[Start of section]

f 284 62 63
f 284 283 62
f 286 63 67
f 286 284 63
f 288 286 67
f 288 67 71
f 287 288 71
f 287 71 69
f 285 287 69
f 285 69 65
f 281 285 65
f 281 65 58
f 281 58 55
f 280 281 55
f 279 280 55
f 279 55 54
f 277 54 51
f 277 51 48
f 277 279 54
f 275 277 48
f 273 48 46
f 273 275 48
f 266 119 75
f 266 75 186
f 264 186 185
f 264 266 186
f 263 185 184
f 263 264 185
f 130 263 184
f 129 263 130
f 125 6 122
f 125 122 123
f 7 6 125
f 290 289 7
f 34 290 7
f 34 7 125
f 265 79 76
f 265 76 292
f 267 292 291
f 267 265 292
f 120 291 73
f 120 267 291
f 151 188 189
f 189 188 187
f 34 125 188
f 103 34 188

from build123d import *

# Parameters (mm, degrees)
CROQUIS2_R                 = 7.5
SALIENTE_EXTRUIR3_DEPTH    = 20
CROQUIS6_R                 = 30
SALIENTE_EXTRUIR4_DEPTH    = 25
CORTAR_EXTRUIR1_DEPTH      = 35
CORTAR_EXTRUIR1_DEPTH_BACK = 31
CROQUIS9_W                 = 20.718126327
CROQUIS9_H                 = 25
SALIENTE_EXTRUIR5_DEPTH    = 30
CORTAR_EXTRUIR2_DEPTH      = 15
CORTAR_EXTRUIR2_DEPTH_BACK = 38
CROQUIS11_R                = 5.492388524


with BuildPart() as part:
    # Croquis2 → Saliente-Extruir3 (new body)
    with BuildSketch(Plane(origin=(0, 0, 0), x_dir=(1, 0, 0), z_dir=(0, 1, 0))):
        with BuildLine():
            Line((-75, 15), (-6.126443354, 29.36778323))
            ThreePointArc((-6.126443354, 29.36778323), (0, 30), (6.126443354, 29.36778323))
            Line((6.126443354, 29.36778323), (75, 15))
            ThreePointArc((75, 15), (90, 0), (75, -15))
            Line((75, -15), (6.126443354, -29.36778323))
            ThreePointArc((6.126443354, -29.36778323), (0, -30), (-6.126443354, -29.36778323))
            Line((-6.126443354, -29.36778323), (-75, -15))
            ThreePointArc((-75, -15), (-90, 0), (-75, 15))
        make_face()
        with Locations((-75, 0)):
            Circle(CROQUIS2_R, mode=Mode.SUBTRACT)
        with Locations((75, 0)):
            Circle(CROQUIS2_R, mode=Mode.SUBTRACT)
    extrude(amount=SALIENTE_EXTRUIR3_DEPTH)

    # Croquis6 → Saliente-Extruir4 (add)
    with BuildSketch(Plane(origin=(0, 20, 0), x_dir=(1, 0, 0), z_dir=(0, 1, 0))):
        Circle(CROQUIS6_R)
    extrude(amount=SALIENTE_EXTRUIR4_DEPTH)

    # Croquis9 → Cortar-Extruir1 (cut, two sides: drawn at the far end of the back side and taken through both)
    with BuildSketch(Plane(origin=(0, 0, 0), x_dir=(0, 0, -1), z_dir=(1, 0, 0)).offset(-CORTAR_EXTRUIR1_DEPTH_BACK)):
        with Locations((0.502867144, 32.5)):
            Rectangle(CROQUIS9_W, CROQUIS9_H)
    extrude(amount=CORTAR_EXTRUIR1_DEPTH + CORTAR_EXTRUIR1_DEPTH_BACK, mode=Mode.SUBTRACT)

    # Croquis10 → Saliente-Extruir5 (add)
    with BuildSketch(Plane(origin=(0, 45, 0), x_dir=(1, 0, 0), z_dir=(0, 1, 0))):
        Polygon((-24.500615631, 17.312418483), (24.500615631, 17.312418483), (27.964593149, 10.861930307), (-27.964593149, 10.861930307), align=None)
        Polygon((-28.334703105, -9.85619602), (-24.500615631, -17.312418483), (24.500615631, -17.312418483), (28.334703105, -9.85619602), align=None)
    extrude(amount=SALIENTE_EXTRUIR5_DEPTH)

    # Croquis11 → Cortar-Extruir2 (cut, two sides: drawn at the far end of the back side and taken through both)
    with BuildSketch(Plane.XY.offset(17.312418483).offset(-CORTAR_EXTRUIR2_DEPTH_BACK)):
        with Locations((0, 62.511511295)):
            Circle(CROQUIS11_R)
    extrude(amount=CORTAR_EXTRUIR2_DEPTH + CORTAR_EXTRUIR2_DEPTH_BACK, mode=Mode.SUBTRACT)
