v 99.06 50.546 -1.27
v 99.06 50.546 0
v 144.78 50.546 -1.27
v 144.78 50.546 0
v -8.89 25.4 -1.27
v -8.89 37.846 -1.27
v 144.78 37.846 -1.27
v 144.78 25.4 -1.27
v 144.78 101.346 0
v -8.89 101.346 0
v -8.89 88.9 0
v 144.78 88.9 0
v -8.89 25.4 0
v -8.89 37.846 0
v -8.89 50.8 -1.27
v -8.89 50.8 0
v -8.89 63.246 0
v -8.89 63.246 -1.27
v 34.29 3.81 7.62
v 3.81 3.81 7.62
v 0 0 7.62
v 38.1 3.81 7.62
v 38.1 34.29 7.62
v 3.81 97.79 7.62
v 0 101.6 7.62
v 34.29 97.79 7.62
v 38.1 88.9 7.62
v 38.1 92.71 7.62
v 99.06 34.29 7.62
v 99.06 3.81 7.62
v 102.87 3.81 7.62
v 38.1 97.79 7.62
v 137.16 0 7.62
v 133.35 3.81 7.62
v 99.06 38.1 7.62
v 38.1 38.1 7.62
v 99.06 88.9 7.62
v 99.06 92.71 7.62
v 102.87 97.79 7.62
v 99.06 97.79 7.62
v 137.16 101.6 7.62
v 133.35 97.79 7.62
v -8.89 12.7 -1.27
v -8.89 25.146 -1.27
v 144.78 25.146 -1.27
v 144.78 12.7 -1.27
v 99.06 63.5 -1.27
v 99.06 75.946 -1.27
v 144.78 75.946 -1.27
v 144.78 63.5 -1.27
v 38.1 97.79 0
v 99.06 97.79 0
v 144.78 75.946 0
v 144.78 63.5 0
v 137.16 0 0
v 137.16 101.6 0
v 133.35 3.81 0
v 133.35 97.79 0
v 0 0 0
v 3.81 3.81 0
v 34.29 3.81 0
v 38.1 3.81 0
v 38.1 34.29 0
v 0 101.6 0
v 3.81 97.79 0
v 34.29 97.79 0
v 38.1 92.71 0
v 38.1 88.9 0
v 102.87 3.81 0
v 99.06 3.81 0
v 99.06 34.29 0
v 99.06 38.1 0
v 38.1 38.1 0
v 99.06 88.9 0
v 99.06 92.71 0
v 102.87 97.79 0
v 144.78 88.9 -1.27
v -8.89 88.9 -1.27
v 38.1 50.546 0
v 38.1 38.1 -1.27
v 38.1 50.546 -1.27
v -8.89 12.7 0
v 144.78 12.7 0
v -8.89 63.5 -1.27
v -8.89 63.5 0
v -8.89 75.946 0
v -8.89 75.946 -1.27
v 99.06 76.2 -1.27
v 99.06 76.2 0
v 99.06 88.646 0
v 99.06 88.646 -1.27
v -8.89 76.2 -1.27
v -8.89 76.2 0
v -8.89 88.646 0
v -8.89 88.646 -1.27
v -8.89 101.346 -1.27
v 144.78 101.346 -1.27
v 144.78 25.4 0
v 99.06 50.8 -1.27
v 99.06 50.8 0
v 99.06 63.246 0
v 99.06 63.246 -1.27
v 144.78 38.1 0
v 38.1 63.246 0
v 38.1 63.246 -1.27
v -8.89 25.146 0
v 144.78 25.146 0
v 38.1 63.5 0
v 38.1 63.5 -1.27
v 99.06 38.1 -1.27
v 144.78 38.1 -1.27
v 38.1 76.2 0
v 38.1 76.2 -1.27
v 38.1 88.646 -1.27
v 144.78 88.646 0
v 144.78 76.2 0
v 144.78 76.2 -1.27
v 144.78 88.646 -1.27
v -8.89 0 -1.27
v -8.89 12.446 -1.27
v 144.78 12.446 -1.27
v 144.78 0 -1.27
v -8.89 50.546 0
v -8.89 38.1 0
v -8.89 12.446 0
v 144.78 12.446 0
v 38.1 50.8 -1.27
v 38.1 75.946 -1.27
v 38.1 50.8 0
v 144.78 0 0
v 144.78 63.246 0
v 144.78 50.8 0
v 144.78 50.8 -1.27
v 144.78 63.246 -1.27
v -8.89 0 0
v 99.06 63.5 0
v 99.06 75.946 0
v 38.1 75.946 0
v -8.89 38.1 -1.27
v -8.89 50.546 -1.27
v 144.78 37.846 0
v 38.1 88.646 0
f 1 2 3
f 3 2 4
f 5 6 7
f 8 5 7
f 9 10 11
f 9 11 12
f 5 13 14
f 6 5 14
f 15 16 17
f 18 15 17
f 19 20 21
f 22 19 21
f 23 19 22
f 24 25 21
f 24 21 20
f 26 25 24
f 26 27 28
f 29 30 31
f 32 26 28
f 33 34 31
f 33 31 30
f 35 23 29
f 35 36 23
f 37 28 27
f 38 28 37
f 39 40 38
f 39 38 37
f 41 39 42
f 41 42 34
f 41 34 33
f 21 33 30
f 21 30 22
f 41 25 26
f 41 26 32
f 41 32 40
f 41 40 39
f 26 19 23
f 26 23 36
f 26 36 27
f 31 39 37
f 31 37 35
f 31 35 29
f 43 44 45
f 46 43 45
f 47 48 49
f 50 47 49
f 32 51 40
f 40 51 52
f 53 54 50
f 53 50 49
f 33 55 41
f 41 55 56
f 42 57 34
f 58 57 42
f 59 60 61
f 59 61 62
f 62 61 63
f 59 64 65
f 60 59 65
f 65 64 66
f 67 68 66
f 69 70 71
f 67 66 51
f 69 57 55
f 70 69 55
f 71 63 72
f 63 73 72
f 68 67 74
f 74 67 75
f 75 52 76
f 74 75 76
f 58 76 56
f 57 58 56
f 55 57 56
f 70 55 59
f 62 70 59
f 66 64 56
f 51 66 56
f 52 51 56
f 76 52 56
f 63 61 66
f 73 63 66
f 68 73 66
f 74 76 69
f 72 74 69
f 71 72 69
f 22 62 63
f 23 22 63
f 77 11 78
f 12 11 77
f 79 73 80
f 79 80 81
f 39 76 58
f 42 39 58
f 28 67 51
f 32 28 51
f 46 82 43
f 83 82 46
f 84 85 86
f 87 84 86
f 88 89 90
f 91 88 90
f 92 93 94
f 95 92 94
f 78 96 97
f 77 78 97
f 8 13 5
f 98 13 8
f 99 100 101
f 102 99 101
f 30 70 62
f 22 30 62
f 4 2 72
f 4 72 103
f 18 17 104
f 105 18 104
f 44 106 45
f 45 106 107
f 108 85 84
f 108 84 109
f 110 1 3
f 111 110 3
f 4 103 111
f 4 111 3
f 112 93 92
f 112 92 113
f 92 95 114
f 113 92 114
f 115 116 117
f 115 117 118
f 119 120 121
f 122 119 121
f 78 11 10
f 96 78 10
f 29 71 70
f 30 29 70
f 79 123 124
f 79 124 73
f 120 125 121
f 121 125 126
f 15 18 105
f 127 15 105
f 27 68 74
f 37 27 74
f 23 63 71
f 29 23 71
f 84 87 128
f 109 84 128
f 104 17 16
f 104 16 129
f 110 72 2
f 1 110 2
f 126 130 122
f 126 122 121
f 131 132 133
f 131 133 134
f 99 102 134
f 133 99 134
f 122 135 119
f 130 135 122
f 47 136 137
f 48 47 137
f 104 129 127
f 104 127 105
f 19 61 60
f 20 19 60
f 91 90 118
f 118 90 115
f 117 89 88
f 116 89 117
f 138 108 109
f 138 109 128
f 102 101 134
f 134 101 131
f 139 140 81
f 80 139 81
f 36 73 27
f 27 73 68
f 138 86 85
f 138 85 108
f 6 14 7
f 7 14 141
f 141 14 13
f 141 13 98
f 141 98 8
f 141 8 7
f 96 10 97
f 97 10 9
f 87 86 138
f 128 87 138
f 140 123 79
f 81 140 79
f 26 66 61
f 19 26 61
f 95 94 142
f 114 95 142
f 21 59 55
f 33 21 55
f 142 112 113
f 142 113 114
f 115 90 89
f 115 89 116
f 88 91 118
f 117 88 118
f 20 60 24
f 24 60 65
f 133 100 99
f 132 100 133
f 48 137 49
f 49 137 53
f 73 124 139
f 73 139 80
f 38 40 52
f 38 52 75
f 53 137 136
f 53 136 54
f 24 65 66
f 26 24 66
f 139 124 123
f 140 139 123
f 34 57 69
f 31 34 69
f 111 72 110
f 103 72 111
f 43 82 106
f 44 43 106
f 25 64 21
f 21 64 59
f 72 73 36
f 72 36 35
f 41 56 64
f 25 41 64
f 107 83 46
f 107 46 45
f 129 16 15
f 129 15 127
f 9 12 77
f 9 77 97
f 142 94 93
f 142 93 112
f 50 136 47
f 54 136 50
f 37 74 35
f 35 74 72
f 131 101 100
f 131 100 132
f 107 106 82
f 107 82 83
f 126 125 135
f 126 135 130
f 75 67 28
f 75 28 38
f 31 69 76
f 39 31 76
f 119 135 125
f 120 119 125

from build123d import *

# Parameters (mm, degrees)
F0_W     = 60.96
F0_H     = 3.81
F0_W_2   = 3.81
F0_H_2   = 93.98
F1_DEPTH = 7.62
F2_W     = 153.67
F2_H     = 12.446
F3_DEPTH = 1.27
F0_H_3   = 50.8
F4_DEPTH = 25.4


with BuildPart() as f1:
    # F0 (on Top) → F1 (new body)
    with BuildSketch(Plane.XY):
        Polygon((0, 101.6), (0, 97.79), (3.81, 97.79), (34.29, 97.79), (38.1, 97.79), (99.06, 97.79), (102.87, 97.79), (133.35, 97.79), (137.16, 97.79), (137.16, 101.6), align=None)
        Polygon((34.29, 97.79), (34.29, 3.81), (38.1, 3.81), (38.1, 34.29), (38.1, 38.1), (38.1, 88.9), (38.1, 92.71), (38.1, 97.79), align=None)
        with Locations((68.58, 90.805)):
            Rectangle(F0_W, F0_H)
        Polygon((99.06, 3.81), (102.87, 3.81), (102.87, 97.79), (99.06, 97.79), (99.06, 92.71), (99.06, 88.9), (99.06, 38.1), (99.06, 34.29), align=None)
        with Locations((135.255, 50.8)):
            Rectangle(F0_W_2, F0_H_2)
        with Locations((68.58, 36.195)):
            Rectangle(F0_W, F0_H)
        with Locations((1.905, 50.8)):
            Rectangle(F0_W_2, F0_H_2)
        Polygon((0, 3.81), (0, 0), (137.16, 0), (137.16, 3.81), (133.35, 3.81), (102.87, 3.81), (99.06, 3.81), (38.1, 3.81), (34.29, 3.81), (3.81, 3.81), align=None)
    extrude(amount=F1_DEPTH)


with BuildPart() as f3:
    # F2 (on Top) → F3 (new body)
    with BuildSketch(Plane.XY):
        with Locations((67.945, 6.223)):
            Rectangle(F2_W, F2_H)
        with Locations((67.945, 18.923)):
            Rectangle(F2_W, F2_H)
        with Locations((67.945, 31.623)):
            Rectangle(F2_W, F2_H)
        with Locations((67.945, 44.323)):
            Rectangle(F2_W, F2_H)
        with Locations((67.945, 57.023)):
            Rectangle(F2_W, F2_H)
        with Locations((67.945, 69.723)):
            Rectangle(F2_W, F2_H)
        with Locations((67.945, 82.423)):
            Rectangle(F2_W, F2_H)
        with Locations((67.945, 95.123)):
            Rectangle(F2_W, F2_H)
    extrude(amount=-F3_DEPTH)

    # F0 (on Top) → F4 (cut)
    with BuildSketch(Plane.XY):
        with Locations((68.58, 63.5)):
            Rectangle(F0_W, F0_H_3)
    extrude(amount=-F4_DEPTH, mode=Mode.SUBTRACT)


solid = Compound([f1.part, f3.part])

[End of section]

ASSIGNMENT: Look above for the line holding "v 38.1 50.546 0". Print it and every line after it, exactly, through the line holding "v 144.78 88.646 0".

PROBLEM SOLUTION:
v 38.1 50.546 0
v 38.1 38.1 -1.27
v 38.1 50.546 -1.27
v -8.89 12.7 0
v 144.78 12.7 0
v -8.89 63.5 -1.27
v -8.89 63.5 0
v -8.89 75.946 0
v -8.89 75.946 -1.27
v 99.06 76.2 -1.27
v 99.06 76.2 0
v 99.06 88.646 0
v 99.06 88.646 -1.27
v -8.89 76.2 -1.27
v -8.89 76.2 0
v -8.89 88.646 0
v -8.89 88.646 -1.27
v -8.89 101.346 -1.27
v 144.78 101.346 -1.27
v 144.78 25.4 0
v 99.06 50.8 -1.27
v 99.06 50.8 0
v 99.06 63.246 0
v 99.06 63.246 -1.27
v 144.78 38.1 0
v 38.1 63.246 0
v 38.1 63.246 -1.27
v -8.89 25.146 0
v 144.78 25.146 0
v 38.1 63.5 0
v 38.1 63.5 -1.27
v 99.06 38.1 -1.27
v 144.78 38.1 -1.27
v 38.1 76.2 0
v 38.1 76.2 -1.27
v 38.1 88.646 -1.27
v 144.78 88.646 0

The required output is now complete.